Stored items:
----------
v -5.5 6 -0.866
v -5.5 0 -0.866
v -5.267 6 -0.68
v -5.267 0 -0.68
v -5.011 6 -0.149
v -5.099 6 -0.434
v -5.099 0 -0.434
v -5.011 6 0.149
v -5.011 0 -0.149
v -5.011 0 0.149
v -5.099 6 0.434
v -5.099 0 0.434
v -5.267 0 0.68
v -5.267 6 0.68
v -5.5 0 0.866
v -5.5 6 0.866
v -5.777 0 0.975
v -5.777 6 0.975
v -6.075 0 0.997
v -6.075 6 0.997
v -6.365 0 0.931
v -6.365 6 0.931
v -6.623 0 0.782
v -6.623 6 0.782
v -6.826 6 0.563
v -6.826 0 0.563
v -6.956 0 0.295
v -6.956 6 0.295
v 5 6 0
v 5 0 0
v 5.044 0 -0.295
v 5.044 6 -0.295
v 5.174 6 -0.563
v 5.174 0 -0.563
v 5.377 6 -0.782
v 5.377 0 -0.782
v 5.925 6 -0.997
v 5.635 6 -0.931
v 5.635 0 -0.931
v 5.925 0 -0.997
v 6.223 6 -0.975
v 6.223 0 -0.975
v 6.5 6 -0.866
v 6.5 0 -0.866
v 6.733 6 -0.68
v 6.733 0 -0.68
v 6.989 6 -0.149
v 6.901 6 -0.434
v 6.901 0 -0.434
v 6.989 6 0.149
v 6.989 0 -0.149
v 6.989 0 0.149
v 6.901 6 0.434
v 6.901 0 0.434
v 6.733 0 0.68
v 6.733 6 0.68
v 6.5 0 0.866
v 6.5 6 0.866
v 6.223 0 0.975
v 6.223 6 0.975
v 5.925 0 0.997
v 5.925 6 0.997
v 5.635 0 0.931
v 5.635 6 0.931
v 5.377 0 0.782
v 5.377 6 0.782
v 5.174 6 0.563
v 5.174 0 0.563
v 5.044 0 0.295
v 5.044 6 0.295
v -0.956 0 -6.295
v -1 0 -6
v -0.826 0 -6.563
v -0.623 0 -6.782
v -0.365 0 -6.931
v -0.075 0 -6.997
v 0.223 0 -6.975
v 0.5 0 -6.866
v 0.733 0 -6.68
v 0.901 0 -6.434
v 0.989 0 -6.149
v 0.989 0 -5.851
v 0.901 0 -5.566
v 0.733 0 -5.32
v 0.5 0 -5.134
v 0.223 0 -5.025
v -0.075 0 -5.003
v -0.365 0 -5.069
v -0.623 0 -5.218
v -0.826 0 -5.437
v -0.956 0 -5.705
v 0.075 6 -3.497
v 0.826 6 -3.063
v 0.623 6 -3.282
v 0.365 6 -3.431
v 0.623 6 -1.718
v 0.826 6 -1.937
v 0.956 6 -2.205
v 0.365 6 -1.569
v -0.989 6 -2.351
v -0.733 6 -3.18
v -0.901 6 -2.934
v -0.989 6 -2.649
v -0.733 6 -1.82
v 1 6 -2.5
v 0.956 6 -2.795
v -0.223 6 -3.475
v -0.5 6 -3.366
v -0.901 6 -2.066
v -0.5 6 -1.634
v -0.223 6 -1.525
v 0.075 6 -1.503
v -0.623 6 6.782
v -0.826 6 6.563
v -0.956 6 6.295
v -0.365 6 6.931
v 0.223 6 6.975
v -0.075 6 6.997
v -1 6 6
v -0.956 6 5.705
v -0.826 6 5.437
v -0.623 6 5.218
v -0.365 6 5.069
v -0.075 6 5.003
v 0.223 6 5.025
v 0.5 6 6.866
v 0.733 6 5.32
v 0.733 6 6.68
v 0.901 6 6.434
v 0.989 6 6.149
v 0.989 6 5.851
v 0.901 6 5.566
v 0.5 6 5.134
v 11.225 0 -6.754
----------
*Assignment*. Reproduce the lines from the one containing "v -0.956 6 6.295" to the end of the entries, keeping both ends and adding nothing.

*Your response*.
v -0.956 6 6.295
v -0.365 6 6.931
v 0.223 6 6.975
v -0.075 6 6.997
v -1 6 6
v -0.956 6 5.705
v -0.826 6 5.437
v -0.623 6 5.218
v -0.365 6 5.069
v -0.075 6 5.003
v 0.223 6 5.025
v 0.5 6 6.866
v 0.733 6 5.32
v 0.733 6 6.68
v 0.901 6 6.434
v 0.989 6 6.149
v 0.989 6 5.851
v 0.901 6 5.566
v 0.5 6 5.134
v 11.225 0 -6.754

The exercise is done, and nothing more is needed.